▶ Saved data entries:
•••••
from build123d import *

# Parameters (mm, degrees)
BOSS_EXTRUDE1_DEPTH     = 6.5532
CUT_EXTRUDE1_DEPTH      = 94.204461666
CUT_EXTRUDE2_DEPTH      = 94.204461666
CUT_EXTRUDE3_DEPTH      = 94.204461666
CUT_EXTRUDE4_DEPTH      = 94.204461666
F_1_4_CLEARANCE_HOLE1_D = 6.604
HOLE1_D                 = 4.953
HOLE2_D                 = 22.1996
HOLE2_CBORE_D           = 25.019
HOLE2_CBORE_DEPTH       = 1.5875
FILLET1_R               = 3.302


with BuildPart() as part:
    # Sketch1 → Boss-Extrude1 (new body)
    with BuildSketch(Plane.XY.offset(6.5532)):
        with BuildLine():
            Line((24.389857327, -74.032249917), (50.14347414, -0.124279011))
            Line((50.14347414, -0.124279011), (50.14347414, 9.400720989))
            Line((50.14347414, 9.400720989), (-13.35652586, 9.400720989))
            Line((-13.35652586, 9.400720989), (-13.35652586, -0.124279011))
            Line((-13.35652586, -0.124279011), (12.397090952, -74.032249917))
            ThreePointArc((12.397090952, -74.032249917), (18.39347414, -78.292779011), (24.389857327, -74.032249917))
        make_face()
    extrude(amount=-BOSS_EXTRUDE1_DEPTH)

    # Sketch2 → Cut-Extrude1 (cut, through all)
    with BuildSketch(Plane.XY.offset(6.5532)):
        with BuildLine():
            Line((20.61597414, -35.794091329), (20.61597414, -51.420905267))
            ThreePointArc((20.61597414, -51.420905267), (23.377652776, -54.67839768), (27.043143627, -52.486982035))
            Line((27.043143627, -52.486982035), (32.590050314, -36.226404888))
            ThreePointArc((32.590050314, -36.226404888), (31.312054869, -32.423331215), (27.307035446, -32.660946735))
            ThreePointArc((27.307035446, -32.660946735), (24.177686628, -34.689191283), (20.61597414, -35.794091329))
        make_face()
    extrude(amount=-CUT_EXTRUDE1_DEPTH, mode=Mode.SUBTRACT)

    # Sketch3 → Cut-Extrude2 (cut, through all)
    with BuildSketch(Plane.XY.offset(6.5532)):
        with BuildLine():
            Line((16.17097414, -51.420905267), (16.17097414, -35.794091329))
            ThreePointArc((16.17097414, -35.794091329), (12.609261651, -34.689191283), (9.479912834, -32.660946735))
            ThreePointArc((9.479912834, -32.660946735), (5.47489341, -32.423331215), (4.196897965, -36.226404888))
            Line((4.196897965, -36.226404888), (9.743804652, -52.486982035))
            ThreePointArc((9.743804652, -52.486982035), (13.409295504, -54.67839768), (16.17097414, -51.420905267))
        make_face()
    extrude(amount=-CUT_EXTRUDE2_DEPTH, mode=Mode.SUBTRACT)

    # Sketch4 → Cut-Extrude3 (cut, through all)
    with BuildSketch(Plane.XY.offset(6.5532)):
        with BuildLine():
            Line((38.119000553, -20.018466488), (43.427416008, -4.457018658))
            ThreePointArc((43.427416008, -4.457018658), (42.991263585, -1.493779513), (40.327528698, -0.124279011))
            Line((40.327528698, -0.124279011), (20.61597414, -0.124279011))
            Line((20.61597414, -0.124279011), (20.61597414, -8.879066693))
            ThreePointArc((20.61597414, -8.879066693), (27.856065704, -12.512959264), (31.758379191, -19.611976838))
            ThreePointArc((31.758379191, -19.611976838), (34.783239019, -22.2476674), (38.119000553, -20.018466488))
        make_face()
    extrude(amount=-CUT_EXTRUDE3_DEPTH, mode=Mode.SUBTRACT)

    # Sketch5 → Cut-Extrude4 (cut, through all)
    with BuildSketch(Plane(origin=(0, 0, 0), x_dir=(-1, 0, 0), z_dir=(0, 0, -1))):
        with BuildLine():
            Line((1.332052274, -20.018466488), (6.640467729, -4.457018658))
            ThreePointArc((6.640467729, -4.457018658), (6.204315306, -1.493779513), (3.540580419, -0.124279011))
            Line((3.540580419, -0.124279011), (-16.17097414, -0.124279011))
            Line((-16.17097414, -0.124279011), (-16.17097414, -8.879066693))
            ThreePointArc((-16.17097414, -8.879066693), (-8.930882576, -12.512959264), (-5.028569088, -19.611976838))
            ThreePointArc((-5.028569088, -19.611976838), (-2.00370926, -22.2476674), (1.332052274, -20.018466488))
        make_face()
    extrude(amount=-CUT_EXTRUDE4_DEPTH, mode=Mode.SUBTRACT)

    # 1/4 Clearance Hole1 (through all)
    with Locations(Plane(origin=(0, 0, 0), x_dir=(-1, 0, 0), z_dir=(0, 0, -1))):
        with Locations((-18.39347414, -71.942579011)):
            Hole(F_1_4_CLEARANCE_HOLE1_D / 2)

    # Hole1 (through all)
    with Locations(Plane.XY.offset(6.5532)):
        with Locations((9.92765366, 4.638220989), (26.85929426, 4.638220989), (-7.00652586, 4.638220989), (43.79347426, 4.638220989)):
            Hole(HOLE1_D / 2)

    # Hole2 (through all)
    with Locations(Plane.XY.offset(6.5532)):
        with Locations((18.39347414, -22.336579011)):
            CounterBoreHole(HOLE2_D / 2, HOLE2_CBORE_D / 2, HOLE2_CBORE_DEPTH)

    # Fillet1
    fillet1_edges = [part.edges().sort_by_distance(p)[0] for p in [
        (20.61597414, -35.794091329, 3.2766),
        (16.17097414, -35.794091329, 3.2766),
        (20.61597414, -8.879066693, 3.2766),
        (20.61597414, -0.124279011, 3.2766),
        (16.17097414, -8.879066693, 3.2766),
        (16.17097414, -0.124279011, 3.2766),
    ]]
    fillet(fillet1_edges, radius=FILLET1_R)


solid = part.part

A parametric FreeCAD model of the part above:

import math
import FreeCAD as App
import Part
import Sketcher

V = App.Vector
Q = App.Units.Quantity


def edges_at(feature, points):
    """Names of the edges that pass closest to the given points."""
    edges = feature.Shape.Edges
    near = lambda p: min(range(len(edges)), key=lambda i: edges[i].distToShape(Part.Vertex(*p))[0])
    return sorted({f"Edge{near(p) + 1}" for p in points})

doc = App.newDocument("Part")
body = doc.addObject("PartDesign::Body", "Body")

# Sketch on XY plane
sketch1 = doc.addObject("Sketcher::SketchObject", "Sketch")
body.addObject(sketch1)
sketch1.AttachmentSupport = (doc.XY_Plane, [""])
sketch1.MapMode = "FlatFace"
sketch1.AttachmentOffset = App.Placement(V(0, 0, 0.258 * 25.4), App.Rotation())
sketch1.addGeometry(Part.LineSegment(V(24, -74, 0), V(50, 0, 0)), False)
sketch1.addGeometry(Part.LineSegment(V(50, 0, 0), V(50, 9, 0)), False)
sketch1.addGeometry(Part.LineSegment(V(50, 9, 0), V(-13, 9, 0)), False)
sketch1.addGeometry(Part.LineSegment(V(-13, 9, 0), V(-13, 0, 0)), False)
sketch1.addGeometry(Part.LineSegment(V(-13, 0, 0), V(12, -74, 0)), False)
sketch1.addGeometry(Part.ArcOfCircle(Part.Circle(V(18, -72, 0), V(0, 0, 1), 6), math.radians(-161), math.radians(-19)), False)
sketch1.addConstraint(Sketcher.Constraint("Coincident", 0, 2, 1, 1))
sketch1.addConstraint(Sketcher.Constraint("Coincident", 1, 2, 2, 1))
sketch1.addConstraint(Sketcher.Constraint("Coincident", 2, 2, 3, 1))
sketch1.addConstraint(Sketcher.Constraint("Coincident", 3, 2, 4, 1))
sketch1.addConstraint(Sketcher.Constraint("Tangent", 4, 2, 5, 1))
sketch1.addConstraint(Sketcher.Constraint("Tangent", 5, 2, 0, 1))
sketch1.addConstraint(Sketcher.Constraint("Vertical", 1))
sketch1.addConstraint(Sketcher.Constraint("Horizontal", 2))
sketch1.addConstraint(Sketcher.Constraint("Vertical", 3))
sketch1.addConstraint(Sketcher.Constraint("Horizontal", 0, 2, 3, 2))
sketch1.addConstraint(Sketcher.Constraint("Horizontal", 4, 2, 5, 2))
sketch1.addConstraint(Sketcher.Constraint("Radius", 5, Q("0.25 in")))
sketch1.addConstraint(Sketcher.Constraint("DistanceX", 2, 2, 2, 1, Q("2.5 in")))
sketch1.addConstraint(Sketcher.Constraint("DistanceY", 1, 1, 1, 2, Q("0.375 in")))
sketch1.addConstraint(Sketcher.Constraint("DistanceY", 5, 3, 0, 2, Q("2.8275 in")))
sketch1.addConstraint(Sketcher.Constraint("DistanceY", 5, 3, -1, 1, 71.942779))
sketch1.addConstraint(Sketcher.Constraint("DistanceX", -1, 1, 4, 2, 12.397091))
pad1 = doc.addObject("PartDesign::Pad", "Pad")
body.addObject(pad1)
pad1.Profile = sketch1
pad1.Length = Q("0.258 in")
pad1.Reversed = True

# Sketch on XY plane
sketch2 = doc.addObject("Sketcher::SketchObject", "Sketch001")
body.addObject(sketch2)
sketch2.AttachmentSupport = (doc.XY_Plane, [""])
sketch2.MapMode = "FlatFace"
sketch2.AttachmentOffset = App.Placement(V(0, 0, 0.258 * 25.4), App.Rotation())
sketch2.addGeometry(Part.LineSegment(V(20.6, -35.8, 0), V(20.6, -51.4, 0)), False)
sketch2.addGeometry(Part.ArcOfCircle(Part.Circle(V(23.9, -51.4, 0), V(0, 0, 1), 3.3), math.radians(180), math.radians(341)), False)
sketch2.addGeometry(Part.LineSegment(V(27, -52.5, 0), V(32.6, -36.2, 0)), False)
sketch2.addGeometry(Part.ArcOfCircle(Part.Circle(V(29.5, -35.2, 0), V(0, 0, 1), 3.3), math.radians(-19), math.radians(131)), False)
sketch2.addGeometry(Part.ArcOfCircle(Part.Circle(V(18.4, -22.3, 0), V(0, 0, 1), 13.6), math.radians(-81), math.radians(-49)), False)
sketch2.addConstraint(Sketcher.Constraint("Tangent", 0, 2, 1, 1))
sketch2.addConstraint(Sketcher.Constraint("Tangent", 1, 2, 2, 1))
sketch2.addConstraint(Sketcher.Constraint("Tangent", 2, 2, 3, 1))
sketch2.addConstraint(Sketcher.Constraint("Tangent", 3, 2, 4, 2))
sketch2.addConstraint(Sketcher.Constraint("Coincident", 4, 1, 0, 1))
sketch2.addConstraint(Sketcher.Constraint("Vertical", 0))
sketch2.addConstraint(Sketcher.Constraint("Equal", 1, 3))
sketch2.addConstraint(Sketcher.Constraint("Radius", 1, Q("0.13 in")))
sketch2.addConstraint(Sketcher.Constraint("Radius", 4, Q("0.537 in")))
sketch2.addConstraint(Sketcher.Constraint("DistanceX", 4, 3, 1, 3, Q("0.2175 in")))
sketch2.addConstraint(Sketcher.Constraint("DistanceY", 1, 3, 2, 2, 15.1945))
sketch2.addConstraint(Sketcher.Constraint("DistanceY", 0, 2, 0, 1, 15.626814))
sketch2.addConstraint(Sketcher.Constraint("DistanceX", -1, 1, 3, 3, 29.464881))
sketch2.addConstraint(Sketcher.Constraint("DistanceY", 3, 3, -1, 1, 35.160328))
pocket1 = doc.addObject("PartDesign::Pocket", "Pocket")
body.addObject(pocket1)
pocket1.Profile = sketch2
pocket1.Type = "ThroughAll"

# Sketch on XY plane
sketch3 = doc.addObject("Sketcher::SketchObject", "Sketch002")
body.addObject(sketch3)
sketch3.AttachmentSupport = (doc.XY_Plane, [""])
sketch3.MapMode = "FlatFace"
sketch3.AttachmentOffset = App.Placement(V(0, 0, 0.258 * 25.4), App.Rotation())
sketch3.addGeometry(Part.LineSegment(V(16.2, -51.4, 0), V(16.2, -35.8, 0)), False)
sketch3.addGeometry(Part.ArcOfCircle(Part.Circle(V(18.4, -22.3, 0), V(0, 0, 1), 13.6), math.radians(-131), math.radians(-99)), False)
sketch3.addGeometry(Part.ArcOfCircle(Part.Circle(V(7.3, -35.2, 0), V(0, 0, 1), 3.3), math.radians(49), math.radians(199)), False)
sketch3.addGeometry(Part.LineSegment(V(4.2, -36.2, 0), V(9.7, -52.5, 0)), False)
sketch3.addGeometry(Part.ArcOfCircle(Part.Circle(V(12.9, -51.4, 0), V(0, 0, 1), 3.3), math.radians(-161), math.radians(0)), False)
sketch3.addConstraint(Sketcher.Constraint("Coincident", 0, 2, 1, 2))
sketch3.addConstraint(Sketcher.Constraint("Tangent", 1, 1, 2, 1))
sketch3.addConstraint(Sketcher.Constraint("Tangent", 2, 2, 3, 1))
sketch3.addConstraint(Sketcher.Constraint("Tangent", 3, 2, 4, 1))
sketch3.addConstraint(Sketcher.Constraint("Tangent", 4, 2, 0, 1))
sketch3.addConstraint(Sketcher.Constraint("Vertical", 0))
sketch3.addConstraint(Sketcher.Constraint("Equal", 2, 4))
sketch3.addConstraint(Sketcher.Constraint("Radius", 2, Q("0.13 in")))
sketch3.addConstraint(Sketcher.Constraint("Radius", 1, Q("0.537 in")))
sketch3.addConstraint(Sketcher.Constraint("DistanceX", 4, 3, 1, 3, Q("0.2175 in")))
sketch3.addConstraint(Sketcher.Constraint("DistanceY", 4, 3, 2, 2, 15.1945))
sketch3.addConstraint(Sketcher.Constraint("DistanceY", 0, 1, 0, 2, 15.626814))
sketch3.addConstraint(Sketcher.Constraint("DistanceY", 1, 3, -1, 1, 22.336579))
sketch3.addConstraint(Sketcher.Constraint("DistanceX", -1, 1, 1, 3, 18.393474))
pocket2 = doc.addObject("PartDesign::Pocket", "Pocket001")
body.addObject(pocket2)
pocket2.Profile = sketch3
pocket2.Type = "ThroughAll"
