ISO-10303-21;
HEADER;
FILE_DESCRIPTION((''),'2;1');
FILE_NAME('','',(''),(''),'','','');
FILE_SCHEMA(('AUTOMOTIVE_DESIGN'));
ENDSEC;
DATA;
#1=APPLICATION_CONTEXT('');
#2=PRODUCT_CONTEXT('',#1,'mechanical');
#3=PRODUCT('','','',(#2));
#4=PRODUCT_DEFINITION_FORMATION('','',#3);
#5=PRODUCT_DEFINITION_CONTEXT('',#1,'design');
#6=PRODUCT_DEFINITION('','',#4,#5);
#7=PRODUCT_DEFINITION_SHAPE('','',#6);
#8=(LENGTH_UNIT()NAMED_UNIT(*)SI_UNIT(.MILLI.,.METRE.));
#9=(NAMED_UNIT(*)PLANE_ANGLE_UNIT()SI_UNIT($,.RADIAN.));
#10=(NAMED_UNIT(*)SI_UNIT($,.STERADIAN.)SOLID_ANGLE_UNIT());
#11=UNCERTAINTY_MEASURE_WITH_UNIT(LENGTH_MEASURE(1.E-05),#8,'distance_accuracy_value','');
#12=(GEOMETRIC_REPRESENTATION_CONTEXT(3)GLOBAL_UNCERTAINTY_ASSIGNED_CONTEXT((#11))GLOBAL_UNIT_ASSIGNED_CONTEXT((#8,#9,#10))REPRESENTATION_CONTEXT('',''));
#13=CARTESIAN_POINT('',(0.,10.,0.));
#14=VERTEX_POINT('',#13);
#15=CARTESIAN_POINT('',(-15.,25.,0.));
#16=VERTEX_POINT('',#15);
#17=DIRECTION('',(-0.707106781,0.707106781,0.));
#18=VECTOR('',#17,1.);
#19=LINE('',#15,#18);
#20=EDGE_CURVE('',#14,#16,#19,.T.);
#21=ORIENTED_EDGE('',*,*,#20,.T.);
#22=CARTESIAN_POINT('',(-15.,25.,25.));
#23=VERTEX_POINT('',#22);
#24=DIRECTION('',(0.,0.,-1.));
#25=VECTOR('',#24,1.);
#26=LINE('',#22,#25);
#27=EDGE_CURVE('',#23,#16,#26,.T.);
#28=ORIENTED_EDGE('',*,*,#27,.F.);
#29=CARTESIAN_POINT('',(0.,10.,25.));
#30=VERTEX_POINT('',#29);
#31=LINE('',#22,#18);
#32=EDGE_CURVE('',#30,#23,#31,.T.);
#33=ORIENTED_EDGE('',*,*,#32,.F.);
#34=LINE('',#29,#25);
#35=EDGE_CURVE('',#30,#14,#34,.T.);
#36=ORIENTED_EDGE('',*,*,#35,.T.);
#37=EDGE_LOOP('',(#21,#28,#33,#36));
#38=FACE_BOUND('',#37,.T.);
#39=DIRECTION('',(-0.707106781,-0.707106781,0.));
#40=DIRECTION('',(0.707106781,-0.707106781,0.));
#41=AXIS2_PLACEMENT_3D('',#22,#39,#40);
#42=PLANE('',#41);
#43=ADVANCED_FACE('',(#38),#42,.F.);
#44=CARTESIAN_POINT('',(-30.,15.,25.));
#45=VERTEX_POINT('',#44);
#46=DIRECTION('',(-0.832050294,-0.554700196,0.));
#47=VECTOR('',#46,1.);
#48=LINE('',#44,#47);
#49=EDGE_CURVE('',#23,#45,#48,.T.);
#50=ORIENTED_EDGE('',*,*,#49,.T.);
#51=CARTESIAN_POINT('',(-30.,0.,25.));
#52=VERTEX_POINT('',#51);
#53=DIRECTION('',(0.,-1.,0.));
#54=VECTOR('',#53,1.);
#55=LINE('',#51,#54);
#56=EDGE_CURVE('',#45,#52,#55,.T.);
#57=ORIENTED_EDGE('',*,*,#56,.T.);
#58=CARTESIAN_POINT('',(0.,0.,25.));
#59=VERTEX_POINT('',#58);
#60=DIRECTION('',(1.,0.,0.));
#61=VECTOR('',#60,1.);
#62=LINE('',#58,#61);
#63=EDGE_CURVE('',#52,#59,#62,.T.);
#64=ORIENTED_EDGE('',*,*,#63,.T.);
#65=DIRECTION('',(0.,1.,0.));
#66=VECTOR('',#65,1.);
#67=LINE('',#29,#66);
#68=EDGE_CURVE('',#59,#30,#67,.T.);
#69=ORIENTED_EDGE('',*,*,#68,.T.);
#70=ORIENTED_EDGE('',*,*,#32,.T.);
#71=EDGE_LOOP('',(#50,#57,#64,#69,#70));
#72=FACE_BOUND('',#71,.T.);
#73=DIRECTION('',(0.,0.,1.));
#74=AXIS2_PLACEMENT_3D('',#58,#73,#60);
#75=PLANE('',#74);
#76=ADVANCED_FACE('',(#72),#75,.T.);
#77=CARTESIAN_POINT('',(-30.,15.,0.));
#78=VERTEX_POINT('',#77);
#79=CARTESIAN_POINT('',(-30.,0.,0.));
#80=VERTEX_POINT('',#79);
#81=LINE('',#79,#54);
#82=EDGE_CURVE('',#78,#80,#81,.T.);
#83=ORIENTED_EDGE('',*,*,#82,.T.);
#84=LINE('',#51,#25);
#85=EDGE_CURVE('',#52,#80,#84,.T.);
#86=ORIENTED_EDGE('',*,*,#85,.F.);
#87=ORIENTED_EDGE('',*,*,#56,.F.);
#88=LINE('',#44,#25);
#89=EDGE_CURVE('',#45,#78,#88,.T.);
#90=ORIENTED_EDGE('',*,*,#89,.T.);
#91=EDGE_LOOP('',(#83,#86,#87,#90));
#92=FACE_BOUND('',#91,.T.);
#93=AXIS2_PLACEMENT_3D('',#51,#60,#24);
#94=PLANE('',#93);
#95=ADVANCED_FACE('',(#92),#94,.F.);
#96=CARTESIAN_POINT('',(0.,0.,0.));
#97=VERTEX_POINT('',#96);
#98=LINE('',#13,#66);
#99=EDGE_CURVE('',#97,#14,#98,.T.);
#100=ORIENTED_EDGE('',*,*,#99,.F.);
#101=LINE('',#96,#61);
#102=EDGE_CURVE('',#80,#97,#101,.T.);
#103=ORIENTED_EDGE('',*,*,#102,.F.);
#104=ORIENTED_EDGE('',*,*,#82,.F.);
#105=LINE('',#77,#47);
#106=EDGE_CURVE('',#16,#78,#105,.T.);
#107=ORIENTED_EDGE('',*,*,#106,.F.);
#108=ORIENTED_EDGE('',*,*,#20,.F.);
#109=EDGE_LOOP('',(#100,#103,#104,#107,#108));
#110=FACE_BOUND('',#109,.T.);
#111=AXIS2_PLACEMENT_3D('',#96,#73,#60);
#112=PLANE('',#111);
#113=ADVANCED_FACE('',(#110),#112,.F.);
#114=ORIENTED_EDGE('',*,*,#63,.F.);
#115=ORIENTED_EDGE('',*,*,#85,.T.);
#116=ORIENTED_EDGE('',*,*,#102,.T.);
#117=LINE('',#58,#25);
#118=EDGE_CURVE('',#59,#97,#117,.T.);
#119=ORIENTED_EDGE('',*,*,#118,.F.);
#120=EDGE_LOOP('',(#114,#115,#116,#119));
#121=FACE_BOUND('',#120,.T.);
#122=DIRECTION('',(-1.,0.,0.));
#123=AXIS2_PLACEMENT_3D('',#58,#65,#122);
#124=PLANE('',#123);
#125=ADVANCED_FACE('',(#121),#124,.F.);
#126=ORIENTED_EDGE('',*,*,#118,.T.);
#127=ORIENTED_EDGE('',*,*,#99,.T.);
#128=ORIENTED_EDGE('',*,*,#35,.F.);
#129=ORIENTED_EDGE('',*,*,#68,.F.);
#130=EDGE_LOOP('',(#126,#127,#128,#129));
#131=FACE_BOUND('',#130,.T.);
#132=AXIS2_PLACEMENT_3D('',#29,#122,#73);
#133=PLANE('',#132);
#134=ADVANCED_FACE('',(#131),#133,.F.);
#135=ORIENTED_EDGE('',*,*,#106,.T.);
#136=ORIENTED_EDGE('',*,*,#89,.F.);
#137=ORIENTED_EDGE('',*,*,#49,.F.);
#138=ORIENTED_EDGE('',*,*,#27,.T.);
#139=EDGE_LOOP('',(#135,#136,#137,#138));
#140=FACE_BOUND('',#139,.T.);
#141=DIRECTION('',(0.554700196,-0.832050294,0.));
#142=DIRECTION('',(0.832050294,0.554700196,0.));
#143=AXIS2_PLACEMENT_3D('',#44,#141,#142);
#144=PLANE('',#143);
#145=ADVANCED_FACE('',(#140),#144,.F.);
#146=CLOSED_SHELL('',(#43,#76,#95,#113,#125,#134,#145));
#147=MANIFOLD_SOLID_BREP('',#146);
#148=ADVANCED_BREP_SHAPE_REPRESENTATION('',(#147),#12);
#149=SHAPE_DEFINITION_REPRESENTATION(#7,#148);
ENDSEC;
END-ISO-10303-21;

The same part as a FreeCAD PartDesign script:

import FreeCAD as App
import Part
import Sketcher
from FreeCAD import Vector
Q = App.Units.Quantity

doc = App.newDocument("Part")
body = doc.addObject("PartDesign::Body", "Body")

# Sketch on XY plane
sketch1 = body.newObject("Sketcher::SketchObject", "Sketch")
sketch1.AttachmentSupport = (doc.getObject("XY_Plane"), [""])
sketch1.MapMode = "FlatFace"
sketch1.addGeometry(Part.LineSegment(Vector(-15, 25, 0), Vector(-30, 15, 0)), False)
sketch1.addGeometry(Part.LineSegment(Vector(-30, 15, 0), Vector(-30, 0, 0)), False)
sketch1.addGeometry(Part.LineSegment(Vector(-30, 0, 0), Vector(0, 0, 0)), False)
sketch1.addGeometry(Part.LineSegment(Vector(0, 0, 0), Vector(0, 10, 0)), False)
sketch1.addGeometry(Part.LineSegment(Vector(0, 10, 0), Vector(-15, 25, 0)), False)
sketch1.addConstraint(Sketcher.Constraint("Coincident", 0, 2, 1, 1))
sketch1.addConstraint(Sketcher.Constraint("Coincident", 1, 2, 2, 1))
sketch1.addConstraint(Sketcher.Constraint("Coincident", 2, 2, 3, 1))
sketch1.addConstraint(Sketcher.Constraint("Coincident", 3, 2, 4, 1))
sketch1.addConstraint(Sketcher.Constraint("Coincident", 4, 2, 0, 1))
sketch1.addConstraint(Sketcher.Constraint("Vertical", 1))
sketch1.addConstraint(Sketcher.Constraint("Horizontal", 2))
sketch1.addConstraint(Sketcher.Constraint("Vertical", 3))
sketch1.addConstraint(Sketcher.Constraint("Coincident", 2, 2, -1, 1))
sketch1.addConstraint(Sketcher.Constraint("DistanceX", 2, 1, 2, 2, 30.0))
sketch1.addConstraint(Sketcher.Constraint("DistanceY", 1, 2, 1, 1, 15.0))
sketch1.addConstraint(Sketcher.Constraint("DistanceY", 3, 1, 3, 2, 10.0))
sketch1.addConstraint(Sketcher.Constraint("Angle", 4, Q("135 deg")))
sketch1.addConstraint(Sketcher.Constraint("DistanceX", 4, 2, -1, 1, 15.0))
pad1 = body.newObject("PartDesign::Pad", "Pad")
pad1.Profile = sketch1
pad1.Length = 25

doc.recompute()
•••••
▶ Problem requirements: Precisely reproduce the lines of the entries, beginning at the first and ending at the one containing "-34.689191283), (9.479912834, -32.660946735))". Add nothing.

▶ Response area:
from build123d import *

# Parameters (mm, degrees)
BOSS_EXTRUDE1_DEPTH     = 6.5532
CUT_EXTRUDE1_DEPTH      = 94.204461666
CUT_EXTRUDE2_DEPTH      = 94.204461666
CUT_EXTRUDE3_DEPTH      = 94.204461666
CUT_EXTRUDE4_DEPTH      = 94.204461666
F_1_4_CLEARANCE_HOLE1_D = 6.604
HOLE1_D                 = 4.953
HOLE2_D                 = 22.1996
HOLE2_CBORE_D           = 25.019
HOLE2_CBORE_DEPTH       = 1.5875
FILLET1_R               = 3.302


with BuildPart() as part:
    # Sketch1 → Boss-Extrude1 (new body)
    with BuildSketch(Plane.XY.offset(6.5532)):
        with BuildLine():
            Line((24.389857327, -74.032249917), (50.14347414, -0.124279011))
            Line((50.14347414, -0.124279011), (50.14347414, 9.400720989))
            Line((50.14347414, 9.400720989), (-13.35652586, 9.400720989))
            Line((-13.35652586, 9.400720989), (-13.35652586, -0.124279011))
            Line((-13.35652586, -0.124279011), (12.397090952, -74.032249917))
            ThreePointArc((12.397090952, -74.032249917), (18.39347414, -78.292779011), (24.389857327, -74.032249917))
        make_face()
    extrude(amount=-BOSS_EXTRUDE1_DEPTH)

    # Sketch2 → Cut-Extrude1 (cut, through all)
    with BuildSketch(Plane.XY.offset(6.5532)):
        with BuildLine():
            Line((20.61597414, -35.794091329), (20.61597414, -51.420905267))
            ThreePointArc((20.61597414, -51.420905267), (23.377652776, -54.67839768), (27.043143627, -52.486982035))
            Line((27.043143627, -52.486982035), (32.590050314, -36.226404888))
            ThreePointArc((32.590050314, -36.226404888), (31.312054869, -32.423331215), (27.307035446, -32.660946735))
            ThreePointArc((27.307035446, -32.660946735), (24.177686628, -34.689191283), (20.61597414, -35.794091329))
        make_face()
    extrude(amount=-CUT_EXTRUDE1_DEPTH, mode=Mode.SUBTRACT)

    # Sketch3 → Cut-Extrude2 (cut, through all)
    with BuildSketch(Plane.XY.offset(6.5532)):
        with BuildLine():
            Line((16.17097414, -51.420905267), (16.17097414, -35.794091329))
            ThreePointArc((16.17097414, -35.794091329), (12.609261651, -34.689191283), (9.479912834, -32.660946735))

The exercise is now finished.